In the records below, find the line that contains "add(cut_extrude2.mirror(Plane.XY), mode=Mode.SUBTRACT)" and the line that contains "Circle(MIRROR3_COPY_1_SKETCH_R)", then retype exactly those two lines and every line between them.

### DATA EXCERPTS
· · · · · · ·
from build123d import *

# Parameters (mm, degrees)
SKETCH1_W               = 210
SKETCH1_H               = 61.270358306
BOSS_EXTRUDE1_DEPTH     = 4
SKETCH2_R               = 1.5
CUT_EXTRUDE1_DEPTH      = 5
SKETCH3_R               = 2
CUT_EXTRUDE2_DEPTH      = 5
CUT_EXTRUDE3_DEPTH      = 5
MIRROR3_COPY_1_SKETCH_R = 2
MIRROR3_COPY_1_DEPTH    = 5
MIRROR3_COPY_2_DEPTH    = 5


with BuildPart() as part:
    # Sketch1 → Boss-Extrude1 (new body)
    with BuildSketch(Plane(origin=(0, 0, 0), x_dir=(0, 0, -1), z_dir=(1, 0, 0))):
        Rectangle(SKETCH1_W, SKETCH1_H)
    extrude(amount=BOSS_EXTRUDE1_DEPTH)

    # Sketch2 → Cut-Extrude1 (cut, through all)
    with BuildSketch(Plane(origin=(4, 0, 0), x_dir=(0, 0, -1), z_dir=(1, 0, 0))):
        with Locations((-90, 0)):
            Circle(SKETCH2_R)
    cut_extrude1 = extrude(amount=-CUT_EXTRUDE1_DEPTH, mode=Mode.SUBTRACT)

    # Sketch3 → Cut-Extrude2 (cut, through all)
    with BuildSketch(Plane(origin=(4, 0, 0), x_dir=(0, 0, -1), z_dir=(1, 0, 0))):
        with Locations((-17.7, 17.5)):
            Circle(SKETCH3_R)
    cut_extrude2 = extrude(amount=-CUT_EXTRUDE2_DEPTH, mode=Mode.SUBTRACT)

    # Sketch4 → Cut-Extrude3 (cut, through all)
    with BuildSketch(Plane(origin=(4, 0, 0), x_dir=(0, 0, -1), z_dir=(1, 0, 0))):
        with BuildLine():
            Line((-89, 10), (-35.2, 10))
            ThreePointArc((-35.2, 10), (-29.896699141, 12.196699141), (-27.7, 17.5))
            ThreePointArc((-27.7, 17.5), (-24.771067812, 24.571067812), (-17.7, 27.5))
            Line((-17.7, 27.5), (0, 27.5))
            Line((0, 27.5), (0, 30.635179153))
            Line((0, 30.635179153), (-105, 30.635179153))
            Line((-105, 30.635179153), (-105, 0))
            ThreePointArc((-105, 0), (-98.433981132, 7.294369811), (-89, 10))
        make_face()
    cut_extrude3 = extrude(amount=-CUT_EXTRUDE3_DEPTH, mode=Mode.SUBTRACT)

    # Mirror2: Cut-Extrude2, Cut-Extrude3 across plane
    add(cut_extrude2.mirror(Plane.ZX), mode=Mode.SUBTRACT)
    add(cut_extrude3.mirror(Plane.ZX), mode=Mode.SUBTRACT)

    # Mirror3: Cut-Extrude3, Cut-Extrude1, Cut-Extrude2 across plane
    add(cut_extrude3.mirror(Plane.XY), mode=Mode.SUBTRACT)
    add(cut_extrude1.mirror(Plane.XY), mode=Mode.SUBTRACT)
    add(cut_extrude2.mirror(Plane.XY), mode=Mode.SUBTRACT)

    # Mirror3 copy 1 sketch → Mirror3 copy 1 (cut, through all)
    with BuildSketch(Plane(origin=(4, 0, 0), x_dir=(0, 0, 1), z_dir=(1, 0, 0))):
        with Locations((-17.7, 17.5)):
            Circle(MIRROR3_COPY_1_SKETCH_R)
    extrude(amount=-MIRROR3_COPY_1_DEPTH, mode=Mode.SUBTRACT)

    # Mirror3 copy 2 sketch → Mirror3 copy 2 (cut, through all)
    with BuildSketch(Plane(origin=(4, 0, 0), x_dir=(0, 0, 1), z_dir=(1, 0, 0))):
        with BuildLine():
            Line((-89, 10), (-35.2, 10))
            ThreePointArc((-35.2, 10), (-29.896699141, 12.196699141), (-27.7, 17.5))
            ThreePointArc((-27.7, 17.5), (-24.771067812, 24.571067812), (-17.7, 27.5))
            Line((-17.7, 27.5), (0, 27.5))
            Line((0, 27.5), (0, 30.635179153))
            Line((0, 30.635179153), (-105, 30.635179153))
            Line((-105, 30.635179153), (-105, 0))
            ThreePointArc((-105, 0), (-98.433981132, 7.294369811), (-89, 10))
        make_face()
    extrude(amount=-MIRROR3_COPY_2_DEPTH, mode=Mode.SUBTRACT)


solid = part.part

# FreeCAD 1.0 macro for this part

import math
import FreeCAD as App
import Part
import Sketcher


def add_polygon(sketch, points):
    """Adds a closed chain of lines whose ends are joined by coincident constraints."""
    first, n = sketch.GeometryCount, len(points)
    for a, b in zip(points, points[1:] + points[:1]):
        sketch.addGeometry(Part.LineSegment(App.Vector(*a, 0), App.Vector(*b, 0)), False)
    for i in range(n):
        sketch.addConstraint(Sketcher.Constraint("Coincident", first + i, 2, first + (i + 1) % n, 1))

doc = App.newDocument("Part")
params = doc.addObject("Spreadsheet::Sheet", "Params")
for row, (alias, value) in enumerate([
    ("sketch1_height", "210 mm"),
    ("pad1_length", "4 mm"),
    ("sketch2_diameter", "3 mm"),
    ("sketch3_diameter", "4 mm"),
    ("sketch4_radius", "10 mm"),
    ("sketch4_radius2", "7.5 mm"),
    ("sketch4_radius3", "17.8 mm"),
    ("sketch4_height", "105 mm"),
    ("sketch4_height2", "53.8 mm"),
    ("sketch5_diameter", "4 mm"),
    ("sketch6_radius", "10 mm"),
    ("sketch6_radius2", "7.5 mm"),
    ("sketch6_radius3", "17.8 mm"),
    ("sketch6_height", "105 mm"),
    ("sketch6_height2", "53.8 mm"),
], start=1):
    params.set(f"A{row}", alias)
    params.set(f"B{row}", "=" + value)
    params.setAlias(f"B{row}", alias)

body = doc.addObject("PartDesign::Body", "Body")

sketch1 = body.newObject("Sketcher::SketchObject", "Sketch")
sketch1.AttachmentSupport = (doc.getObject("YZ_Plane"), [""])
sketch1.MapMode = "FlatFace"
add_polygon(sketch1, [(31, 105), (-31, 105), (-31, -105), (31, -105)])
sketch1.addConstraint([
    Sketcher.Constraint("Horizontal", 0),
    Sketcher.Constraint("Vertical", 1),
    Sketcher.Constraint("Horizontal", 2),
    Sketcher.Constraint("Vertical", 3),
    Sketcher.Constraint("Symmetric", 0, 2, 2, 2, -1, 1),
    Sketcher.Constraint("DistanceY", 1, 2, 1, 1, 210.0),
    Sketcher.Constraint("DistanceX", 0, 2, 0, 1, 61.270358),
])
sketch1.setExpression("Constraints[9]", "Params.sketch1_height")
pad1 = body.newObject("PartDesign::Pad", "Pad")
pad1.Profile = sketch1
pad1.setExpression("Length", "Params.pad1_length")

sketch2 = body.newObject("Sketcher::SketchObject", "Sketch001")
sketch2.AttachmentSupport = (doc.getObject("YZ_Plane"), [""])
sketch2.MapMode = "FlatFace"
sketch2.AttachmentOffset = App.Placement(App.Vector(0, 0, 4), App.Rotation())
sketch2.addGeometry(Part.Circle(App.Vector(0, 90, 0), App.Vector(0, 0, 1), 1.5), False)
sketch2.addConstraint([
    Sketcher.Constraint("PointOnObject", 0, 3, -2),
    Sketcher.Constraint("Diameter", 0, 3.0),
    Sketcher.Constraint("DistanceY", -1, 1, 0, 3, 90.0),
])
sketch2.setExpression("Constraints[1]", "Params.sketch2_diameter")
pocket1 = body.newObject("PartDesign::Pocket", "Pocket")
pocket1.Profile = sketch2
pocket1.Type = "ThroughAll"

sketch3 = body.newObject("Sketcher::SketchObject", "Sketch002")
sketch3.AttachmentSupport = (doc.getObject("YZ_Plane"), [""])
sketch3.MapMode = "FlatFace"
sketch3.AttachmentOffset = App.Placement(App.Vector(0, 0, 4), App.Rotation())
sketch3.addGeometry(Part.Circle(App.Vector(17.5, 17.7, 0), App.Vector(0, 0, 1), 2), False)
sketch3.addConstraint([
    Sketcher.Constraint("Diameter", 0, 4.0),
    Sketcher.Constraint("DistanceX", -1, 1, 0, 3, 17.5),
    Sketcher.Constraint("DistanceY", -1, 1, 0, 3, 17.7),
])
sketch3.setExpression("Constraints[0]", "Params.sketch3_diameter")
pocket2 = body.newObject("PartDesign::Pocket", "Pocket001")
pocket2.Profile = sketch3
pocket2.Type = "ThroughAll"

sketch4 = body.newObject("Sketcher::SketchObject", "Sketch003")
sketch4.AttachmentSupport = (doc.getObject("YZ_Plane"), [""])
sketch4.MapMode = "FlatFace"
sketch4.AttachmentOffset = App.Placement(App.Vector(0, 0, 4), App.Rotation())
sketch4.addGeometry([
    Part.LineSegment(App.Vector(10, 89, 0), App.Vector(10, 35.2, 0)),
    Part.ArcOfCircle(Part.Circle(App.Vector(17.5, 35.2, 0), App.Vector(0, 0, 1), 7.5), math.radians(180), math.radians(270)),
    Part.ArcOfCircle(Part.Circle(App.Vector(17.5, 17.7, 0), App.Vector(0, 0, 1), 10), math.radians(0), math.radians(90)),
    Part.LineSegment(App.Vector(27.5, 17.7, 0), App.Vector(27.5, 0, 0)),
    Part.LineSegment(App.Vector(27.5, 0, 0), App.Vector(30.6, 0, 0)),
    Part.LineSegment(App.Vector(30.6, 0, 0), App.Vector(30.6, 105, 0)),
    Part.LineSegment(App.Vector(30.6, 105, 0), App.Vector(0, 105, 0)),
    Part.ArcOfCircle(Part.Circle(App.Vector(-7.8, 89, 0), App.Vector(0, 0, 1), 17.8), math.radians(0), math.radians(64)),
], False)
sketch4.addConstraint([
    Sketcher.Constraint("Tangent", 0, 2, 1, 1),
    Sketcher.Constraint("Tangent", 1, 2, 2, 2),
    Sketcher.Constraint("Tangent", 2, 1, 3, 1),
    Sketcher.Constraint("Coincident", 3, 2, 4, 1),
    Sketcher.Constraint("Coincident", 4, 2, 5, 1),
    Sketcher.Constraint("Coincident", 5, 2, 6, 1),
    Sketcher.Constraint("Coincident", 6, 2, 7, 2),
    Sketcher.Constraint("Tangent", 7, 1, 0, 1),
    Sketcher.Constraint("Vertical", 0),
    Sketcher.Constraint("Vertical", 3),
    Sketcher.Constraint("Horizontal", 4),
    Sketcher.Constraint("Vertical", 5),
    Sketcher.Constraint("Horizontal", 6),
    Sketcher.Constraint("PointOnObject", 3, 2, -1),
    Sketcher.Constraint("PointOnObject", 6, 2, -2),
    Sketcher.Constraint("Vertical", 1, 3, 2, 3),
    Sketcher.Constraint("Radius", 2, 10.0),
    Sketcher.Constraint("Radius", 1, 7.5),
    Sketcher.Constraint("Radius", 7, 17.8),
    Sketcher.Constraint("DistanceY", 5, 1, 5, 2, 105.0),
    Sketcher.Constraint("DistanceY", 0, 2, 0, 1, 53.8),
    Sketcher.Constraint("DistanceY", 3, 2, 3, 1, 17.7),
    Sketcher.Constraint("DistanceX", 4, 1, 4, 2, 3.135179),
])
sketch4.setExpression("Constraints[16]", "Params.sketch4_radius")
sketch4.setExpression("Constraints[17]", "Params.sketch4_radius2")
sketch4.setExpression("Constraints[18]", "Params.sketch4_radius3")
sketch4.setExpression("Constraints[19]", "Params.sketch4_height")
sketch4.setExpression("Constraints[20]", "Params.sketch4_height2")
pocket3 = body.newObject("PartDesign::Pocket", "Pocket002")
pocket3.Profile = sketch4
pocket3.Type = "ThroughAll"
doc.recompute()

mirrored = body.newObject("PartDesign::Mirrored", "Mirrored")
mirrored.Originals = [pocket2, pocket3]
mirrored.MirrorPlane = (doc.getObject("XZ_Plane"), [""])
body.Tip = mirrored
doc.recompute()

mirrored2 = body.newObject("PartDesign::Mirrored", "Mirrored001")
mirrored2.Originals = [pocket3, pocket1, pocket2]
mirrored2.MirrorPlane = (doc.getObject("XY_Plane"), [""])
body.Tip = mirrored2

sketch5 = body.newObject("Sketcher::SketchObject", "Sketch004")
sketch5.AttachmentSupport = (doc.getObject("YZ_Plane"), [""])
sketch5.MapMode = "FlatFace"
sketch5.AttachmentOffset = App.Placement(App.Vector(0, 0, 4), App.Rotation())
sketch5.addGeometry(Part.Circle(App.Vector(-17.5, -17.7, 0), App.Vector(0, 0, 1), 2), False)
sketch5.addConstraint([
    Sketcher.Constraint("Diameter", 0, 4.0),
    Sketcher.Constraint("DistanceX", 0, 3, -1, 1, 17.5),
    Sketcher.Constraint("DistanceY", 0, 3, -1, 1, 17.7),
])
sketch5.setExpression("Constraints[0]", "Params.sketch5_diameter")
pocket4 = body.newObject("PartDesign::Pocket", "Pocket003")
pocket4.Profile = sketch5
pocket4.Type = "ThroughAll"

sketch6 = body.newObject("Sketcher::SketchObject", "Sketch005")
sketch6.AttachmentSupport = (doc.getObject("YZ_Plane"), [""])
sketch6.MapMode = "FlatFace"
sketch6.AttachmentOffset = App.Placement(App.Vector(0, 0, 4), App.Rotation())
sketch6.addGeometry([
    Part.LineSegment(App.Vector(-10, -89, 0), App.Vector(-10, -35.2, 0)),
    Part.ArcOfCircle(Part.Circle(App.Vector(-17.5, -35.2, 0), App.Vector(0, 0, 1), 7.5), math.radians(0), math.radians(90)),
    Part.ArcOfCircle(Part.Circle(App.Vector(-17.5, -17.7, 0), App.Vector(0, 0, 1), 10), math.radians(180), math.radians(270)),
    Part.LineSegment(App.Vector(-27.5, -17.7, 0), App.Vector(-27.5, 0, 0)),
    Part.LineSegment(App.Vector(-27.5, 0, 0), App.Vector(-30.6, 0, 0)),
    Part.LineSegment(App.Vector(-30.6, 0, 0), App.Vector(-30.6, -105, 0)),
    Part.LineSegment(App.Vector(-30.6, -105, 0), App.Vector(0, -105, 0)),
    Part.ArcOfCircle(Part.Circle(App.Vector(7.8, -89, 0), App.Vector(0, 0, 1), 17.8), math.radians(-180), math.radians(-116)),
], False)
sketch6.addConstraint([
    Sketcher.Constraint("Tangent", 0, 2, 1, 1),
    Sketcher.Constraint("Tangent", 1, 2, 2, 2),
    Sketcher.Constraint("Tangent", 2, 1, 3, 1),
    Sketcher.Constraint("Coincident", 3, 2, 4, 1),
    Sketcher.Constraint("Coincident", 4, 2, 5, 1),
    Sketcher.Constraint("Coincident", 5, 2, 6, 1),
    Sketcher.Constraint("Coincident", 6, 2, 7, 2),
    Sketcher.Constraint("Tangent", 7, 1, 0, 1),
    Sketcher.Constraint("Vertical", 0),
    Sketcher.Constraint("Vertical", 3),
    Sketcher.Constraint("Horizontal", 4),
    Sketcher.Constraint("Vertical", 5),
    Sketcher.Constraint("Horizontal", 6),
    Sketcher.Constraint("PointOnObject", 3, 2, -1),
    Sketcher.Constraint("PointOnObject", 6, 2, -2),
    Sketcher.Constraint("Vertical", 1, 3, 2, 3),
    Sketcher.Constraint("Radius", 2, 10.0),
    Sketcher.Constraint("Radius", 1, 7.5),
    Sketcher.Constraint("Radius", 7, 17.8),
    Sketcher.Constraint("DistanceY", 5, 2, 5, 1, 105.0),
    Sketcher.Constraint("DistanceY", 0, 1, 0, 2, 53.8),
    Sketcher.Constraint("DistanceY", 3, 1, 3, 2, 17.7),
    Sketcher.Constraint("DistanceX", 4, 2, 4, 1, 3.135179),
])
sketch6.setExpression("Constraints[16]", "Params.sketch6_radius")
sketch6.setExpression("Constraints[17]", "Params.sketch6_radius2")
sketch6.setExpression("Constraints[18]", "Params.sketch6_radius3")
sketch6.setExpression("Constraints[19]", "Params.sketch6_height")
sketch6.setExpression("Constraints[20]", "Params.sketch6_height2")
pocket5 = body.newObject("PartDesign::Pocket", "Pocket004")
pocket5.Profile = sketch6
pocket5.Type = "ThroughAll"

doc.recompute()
· · · · · · ·
### TASK ANSWER
    add(cut_extrude2.mirror(Plane.XY), mode=Mode.SUBTRACT)

    # Mirror3 copy 1 sketch → Mirror3 copy 1 (cut, through all)
    with BuildSketch(Plane(origin=(4, 0, 0), x_dir=(0, 0, 1), z_dir=(1, 0, 0))):
        with Locations((-17.7, 17.5)):
            Circle(MIRROR3_COPY_1_SKETCH_R)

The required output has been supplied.